Unnamed: 0,name,map,ndcg,ndcg_cut_10,mrt
0,BM25,0.760663,0.823839,0.739832,4.346506
1,random forest,0.881997,0.917861,0.875782,52.10234
2,fastrank,0.802718,0.858604,0.788942,44.102675
3,LambdaMart,0.596328,0.648062,0.499968,33.923937


# _Optional_: Evaluating the different models (20 points total; this is part 2)
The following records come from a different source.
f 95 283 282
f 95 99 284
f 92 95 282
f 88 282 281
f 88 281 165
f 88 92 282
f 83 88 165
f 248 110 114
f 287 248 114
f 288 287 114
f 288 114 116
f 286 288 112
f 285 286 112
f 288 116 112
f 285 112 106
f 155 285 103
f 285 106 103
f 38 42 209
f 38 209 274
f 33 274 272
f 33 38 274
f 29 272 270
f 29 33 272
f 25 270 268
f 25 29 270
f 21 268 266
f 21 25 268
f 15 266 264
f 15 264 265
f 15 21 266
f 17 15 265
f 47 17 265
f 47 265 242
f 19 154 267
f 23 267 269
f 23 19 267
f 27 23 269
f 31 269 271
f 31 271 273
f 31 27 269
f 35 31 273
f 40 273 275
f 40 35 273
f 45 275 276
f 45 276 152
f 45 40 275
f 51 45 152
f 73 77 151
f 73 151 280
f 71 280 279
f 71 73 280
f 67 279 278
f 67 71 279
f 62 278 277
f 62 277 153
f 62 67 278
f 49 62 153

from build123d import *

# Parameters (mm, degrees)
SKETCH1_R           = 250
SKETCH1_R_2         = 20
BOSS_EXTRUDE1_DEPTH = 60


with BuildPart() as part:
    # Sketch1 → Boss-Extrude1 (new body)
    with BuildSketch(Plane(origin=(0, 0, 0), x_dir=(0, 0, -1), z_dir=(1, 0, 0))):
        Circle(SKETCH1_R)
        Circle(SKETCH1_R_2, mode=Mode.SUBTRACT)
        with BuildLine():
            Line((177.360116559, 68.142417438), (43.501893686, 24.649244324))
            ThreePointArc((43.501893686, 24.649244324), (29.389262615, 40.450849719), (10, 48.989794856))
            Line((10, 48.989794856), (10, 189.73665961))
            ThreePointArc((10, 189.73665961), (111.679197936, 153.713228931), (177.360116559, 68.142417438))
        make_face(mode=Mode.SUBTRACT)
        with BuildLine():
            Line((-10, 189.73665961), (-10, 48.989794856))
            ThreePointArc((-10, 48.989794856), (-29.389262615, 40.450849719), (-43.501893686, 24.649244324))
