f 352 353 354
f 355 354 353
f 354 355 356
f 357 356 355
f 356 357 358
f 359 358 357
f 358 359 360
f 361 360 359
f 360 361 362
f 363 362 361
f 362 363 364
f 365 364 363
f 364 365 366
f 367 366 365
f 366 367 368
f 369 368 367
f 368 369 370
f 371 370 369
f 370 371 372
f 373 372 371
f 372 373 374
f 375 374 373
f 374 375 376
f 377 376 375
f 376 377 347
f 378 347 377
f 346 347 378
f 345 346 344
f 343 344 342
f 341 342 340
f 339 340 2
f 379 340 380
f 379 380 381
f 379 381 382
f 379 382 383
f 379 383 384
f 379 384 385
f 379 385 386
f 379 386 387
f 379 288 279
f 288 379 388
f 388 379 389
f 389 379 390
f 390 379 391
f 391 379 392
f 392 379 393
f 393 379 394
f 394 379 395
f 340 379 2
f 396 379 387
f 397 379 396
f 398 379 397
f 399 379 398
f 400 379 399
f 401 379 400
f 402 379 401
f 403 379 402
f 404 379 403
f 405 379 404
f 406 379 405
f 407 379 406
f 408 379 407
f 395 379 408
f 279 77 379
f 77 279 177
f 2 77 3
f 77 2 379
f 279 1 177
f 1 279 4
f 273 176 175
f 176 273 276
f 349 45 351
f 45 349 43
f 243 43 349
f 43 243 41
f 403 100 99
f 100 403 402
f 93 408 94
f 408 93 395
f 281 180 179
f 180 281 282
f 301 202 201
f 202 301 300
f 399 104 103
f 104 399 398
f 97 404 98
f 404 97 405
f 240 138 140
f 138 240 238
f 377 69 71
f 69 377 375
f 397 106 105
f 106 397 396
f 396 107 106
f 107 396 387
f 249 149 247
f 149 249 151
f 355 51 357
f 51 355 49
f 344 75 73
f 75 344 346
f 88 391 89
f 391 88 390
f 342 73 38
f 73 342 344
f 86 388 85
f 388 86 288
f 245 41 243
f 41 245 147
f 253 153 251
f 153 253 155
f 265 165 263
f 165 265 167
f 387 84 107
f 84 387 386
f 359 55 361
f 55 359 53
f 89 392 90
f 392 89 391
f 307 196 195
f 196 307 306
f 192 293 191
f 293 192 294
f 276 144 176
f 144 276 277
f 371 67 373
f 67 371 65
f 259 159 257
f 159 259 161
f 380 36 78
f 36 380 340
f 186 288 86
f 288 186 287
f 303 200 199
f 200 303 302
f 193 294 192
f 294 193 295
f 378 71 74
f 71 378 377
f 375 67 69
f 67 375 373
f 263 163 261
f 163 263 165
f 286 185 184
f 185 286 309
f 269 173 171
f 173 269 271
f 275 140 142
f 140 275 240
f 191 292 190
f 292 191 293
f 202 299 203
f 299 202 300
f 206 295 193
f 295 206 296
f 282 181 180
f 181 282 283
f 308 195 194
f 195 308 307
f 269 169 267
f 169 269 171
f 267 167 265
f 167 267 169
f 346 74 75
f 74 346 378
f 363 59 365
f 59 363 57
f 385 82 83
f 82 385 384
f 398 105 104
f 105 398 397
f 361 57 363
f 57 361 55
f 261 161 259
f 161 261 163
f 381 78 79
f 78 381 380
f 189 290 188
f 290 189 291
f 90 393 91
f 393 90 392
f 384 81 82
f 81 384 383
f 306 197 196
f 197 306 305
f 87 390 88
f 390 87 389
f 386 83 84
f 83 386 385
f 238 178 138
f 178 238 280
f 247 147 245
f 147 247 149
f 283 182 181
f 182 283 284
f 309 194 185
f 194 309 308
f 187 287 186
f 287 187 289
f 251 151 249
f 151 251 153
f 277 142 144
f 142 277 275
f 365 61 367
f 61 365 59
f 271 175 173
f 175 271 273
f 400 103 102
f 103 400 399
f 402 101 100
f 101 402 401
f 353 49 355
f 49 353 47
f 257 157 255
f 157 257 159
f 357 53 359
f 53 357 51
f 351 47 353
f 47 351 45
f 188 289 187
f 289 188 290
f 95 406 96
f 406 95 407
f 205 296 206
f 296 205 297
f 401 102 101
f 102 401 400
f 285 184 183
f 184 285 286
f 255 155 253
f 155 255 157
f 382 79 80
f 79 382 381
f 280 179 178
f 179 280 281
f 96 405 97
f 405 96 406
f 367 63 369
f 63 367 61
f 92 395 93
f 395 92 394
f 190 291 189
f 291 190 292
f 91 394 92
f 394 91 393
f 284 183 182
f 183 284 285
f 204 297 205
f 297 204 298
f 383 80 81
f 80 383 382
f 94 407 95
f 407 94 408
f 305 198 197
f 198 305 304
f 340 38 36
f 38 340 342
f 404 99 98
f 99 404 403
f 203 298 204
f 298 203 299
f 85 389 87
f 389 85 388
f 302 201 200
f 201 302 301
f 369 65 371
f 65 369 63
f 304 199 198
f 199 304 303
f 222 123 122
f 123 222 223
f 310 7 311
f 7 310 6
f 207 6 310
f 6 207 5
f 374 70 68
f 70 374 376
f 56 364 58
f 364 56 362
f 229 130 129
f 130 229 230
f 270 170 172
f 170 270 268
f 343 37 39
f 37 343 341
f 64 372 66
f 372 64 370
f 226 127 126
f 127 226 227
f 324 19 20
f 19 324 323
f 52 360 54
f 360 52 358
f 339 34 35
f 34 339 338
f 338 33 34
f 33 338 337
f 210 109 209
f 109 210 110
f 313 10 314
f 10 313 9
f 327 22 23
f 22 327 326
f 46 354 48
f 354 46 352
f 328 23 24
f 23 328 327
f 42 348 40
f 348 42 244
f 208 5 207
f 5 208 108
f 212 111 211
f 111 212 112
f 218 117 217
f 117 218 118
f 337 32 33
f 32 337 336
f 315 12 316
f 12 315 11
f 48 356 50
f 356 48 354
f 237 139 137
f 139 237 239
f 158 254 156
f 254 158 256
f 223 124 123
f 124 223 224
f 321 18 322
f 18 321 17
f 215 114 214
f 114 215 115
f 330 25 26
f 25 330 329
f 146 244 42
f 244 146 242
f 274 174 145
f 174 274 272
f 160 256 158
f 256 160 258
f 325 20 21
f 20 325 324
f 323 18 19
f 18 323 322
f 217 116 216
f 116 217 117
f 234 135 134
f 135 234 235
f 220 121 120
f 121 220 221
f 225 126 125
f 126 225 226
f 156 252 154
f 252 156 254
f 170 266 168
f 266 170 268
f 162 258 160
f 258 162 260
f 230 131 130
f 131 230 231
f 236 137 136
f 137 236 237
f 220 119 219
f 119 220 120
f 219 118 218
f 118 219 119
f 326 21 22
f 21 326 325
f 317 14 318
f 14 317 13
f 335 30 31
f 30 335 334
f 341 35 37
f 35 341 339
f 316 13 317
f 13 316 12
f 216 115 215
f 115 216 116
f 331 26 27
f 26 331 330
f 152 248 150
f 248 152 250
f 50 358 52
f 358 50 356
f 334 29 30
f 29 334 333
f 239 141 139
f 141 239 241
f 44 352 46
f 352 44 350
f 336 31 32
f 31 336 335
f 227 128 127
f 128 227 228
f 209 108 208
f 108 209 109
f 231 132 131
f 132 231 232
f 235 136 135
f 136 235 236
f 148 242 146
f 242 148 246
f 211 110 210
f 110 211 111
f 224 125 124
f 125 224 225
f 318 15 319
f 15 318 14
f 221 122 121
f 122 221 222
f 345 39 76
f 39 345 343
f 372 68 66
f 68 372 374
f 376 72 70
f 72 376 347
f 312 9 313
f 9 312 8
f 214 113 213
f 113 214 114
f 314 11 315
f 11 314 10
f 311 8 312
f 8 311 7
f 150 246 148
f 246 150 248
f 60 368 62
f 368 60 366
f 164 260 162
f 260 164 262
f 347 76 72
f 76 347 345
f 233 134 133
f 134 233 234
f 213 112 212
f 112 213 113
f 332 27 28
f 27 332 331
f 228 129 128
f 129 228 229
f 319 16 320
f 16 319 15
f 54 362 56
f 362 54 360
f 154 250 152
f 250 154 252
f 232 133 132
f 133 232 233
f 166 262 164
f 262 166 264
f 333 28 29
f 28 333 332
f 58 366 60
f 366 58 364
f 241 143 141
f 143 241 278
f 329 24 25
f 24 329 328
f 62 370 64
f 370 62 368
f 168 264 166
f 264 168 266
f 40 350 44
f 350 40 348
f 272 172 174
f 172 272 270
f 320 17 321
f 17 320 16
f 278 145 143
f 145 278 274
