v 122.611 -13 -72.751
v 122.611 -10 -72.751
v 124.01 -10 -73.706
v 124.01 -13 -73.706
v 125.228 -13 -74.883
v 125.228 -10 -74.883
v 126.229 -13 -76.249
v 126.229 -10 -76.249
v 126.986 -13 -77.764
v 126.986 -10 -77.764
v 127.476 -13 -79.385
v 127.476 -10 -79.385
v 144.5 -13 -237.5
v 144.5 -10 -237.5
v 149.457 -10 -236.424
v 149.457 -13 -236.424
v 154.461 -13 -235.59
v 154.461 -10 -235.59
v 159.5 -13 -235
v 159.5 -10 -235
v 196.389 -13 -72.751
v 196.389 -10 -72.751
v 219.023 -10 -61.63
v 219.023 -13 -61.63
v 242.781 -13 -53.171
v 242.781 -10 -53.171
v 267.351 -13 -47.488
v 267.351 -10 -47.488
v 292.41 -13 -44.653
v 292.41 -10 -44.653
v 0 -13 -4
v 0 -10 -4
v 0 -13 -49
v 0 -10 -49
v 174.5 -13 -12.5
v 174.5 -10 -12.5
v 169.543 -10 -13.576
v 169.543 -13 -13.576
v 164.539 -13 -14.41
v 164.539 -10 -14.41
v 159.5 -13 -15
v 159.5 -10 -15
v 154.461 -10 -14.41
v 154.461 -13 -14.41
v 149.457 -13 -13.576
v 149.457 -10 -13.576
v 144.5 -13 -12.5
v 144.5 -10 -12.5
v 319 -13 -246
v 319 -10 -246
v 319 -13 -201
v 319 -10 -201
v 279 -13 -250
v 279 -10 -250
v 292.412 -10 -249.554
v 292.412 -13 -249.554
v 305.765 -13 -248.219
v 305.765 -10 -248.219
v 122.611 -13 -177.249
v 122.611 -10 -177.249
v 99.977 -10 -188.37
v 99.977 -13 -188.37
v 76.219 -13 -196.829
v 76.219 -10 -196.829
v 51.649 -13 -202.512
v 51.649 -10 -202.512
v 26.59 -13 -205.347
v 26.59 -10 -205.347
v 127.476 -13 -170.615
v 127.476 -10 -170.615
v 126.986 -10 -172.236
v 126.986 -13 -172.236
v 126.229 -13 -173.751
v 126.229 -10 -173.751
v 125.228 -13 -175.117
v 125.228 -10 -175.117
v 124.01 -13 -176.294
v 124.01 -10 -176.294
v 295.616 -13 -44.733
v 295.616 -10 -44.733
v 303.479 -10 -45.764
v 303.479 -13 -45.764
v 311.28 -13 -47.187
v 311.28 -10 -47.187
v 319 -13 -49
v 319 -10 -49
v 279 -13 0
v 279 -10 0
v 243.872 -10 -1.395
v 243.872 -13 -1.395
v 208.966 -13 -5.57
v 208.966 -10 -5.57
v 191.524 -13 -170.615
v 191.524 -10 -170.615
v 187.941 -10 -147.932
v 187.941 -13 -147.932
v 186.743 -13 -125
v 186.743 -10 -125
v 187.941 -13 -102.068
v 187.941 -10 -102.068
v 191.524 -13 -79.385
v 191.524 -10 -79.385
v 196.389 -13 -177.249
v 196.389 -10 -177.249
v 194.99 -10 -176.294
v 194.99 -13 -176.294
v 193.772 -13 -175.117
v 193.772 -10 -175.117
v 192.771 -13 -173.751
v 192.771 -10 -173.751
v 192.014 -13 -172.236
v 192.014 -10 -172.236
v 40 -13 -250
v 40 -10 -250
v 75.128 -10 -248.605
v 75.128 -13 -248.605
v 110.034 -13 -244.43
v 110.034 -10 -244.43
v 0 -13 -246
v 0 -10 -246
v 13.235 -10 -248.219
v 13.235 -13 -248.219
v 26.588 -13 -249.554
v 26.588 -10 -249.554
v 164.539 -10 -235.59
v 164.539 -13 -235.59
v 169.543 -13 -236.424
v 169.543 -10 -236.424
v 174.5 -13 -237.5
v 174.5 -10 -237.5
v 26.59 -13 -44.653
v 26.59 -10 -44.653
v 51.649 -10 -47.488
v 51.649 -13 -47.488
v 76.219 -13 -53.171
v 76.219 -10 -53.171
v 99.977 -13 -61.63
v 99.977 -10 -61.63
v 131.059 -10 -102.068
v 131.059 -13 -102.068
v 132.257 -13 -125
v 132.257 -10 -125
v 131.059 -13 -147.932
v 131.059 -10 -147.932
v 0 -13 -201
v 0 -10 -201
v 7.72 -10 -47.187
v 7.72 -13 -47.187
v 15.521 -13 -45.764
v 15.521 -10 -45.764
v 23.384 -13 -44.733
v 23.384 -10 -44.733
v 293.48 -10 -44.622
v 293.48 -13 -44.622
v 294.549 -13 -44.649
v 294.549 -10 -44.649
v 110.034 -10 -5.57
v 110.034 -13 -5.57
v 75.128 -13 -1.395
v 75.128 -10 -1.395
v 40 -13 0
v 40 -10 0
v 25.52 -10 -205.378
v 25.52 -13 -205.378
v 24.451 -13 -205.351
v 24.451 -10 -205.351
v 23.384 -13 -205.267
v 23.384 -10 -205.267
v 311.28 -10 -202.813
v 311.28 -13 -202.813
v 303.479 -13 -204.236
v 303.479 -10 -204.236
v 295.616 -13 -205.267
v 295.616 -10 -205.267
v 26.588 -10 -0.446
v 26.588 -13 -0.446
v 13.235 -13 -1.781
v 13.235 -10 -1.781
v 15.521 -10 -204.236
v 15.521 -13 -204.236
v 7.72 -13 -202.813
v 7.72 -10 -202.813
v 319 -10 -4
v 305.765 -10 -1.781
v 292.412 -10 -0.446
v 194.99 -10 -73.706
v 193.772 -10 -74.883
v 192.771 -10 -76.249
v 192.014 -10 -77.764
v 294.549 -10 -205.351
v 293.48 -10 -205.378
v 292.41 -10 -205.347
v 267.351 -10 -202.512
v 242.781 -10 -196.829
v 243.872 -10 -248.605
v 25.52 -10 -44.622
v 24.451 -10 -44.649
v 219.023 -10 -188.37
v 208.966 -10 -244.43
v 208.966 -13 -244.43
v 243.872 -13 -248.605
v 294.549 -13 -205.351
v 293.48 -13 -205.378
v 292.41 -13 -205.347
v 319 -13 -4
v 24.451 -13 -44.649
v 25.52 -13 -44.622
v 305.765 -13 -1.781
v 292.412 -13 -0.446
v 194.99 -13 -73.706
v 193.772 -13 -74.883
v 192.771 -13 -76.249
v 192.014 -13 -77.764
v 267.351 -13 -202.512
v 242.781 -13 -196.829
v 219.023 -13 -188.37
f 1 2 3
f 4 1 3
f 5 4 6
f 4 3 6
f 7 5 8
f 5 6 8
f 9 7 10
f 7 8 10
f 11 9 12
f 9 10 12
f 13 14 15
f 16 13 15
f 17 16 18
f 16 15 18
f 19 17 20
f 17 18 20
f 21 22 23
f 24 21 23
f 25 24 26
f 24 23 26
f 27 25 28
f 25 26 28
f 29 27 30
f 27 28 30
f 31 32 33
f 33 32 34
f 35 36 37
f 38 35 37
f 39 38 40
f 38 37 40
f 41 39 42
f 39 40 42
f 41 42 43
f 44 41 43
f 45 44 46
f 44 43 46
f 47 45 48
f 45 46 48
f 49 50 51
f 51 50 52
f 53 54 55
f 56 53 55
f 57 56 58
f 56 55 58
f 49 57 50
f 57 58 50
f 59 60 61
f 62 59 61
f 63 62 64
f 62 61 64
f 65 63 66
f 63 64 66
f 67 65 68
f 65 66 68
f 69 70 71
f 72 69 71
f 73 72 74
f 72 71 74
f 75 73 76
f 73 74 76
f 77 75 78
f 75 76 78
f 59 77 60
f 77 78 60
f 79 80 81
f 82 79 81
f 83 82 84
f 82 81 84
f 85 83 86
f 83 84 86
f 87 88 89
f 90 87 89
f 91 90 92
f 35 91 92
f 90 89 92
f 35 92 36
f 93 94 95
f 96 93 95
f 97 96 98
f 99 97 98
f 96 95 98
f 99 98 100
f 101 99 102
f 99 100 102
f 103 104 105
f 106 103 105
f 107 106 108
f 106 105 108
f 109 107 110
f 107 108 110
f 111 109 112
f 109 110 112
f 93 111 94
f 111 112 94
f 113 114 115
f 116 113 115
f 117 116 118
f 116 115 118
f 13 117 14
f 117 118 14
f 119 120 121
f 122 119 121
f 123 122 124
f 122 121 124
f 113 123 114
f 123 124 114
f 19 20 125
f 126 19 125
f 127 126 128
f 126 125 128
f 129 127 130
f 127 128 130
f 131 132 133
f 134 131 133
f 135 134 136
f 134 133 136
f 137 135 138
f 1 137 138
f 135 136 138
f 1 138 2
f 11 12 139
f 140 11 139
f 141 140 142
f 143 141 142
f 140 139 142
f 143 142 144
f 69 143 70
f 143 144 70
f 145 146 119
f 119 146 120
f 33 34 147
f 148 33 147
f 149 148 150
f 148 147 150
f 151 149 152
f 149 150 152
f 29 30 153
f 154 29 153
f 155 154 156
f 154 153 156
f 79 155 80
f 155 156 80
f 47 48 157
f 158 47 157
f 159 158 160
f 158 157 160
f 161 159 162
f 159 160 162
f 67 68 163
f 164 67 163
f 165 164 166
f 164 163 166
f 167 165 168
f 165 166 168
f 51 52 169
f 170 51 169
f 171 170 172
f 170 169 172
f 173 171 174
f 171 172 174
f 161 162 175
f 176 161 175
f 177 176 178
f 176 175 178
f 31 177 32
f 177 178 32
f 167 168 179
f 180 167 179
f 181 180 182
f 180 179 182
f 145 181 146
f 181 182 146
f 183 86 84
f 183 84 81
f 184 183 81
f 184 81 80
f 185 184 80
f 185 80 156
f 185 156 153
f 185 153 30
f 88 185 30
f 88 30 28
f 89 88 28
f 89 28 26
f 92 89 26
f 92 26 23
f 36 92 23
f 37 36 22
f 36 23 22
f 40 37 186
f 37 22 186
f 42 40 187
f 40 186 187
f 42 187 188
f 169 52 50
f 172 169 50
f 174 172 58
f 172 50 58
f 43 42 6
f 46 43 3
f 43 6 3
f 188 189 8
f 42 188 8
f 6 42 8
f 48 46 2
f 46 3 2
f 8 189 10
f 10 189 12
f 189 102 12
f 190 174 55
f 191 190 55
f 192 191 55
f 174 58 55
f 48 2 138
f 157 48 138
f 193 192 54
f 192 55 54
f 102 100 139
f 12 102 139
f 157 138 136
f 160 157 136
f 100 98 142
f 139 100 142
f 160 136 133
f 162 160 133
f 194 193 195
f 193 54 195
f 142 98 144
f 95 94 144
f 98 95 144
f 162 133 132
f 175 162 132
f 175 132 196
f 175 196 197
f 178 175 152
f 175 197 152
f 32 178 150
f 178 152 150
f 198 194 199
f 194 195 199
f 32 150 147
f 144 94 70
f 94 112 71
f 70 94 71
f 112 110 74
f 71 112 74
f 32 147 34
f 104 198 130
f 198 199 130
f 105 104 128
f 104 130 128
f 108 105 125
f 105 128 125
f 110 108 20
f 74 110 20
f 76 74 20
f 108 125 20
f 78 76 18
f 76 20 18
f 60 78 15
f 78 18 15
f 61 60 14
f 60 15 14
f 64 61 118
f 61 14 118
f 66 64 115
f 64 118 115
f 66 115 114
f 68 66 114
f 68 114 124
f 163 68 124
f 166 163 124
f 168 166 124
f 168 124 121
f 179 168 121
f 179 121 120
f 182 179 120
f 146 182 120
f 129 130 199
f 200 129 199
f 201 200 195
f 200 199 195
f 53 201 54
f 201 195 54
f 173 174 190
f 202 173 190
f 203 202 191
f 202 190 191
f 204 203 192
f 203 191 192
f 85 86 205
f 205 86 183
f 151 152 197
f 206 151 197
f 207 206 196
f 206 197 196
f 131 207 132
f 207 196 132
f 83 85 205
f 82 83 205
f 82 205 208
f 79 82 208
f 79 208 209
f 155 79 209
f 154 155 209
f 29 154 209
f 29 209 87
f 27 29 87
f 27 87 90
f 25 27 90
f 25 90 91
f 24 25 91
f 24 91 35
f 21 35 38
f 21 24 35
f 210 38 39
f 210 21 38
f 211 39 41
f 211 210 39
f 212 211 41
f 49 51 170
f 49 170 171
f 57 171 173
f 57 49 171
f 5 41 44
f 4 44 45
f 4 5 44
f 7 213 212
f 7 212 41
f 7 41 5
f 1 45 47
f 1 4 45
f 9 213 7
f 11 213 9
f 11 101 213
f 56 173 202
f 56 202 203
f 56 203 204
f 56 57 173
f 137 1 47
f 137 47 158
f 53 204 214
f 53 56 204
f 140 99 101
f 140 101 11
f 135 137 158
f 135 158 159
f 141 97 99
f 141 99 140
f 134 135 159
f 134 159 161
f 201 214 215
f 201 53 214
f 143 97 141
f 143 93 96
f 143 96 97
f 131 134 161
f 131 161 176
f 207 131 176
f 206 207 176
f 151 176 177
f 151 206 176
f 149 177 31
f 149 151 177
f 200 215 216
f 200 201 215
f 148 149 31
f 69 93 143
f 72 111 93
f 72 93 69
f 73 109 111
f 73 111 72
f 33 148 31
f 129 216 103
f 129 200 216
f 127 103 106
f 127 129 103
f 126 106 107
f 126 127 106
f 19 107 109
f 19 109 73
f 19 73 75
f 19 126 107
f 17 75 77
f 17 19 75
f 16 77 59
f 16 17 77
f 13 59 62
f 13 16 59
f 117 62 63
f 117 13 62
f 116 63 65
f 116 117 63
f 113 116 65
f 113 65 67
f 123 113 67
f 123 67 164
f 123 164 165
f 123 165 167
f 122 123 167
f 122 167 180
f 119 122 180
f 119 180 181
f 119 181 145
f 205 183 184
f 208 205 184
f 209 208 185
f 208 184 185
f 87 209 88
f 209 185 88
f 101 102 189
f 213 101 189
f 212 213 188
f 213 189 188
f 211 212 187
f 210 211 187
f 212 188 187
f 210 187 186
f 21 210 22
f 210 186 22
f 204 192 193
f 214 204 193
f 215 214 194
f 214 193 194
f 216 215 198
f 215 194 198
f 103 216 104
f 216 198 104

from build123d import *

# Parameters (mm, degrees)
BOSS_EXTRUDE1_START = -10
BOSS_EXTRUDE1_DEPTH = 3


with BuildPart() as part:
    # Sketch1 → Boss-Extrude1 (new body)
    with BuildSketch(Plane(origin=(0, 0, 0), x_dir=(1, 0, 0), z_dir=(0, 1, 0)).offset(BOSS_EXTRUDE1_START)):
        with BuildLine():
            Line((319, 246), (319, 201))
            ThreePointArc((319, 201), (307.388484736, 203.573435825), (295.616405389, 205.2669548))
            ThreePointArc((295.616405389, 205.2669548), (294.01464809, 205.37142016), (292.409672101, 205.347098762))
            ThreePointArc((292.409672101, 205.347098762), (242.780979678, 196.828732334), (196.389162845, 177.248921069))
            ThreePointArc((196.389162845, 177.248921069), (193.242585284, 174.455386906), (191.523683958, 170.614792982))
            ThreePointArc((191.523683958, 170.614792982), (186.742852856, 125), (191.523683958, 79.385207018))
            ThreePointArc((191.523683958, 79.385207018), (193.242585284, 75.544613094), (196.389162845, 72.751078931))
            ThreePointArc((196.389162845, 72.751078931), (242.780979678, 53.171267666), (292.409672101, 44.652901238))
            ThreePointArc((292.409672101, 44.652901238), (294.01464809, 44.62857984), (295.616405389, 44.7330452))
            ThreePointArc((295.616405389, 44.7330452), (307.388484736, 46.426564175), (319, 49))
            Line((319, 49), (319, 4))
            ThreePointArc((319, 4), (299.099751242, 1.002487578), (279, 0))
            ThreePointArc((279, 0), (226.377523813, 3.136099081), (174.5, 12.5))
            ThreePointArc((174.5, 12.5), (167.04561677, 14.023700621), (159.5, 15))
            ThreePointArc((159.5, 15), (151.95438323, 14.023700621), (144.5, 12.5))
            ThreePointArc((144.5, 12.5), (92.622476187, 3.136099081), (40, 0))
            ThreePointArc((40, 0), (19.900248758, 1.002487578), (0, 4))
            Line((0, 4), (0, 49))
            ThreePointArc((0, 49), (11.611515264, 46.426564175), (23.383594611, 44.7330452))
            ThreePointArc((23.383594611, 44.7330452), (24.98535191, 44.62857984), (26.590327899, 44.652901238))
            ThreePointArc((26.590327899, 44.652901238), (76.219020322, 53.171267666), (122.610837155, 72.751078931))
            ThreePointArc((122.610837155, 72.751078931), (125.757414716, 75.544613094), (127.476316042, 79.385207018))
            ThreePointArc((127.476316042, 79.385207018), (132.257147144, 125), (127.476316042, 170.614792982))
            ThreePointArc((127.476316042, 170.614792982), (125.757414716, 174.455386906), (122.610837155, 177.248921069))
            ThreePointArc((122.610837155, 177.248921069), (76.219020322, 196.828732334), (26.590327899, 205.347098762))
            ThreePointArc((26.590327899, 205.347098762), (24.98535191, 205.37142016), (23.383594611, 205.2669548))
            ThreePointArc((23.383594611, 205.2669548), (11.611515264, 203.573435825), (0, 201))
            Line((0, 201), (0, 246))
            ThreePointArc((0, 246), (19.900248758, 248.997512422), (40, 250))
            ThreePointArc((40, 250), (92.622476187, 246.863900919), (144.5, 237.5))
            ThreePointArc((144.5, 237.5), (151.95438323, 235.976299379), (159.5, 235))
            ThreePointArc((159.5, 235), (167.04561677, 235.976299379), (174.5, 237.5))
            ThreePointArc((174.5, 237.5), (226.377523813, 246.863900919), (279, 250))
            ThreePointArc((279, 250), (299.099751242, 248.997512422), (319, 246))
        make_face()
    extrude(amount=-BOSS_EXTRUDE1_DEPTH)


solid = part.part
How much training does the model actually need to recognize relevance? Would one epoch be enough? What if we did 10? or 100? (100 might be too many for Great Lakes limits...). In this **optional part**, we'll describe a series of steps you can take to explore this part!
 
The instructions in Part 1 had you update that notebook to save the model after each epoch and then generate relevance predictions for each, saving those to a file. In Part 2, we'll load those files and compare the performance:
 
Here's what you need to do:
* Using the code from the blocks above, create new version of the test data DataFrame that have predictions from each trained bi-encoder model. (i.e., you should have predictions from the model trained on one epoch worth of data, predictions from the model trained on two epochs, etc.)
* Retrain each L2R model using each of these new features, using just one feature at a time. This should give you (number of L2R models) * (number of different-epoch-trained-biencoder-models) worth of results.
* Create a line plot where
  * the x-axis is the number of epochs the bi-encoder model was trained
  * the y-axis is NDCG_cut_10
  * there are different lines for each L2R model (with different colors/hues for each model)
 
This plot should show you how much the bi-encoder's training time influences the scores. Compare that with the F1 performance plot you produced for Part 1. Does increasing F1 performance lead to increasing NDCG@10? How many epochs do you think you need to train to maximize performance?

**TODO:** For full credit, submit a separate doc/pdf with the plots from Parts 1 and 2 and a short paragraph describing your observations on the performance (see the questions above).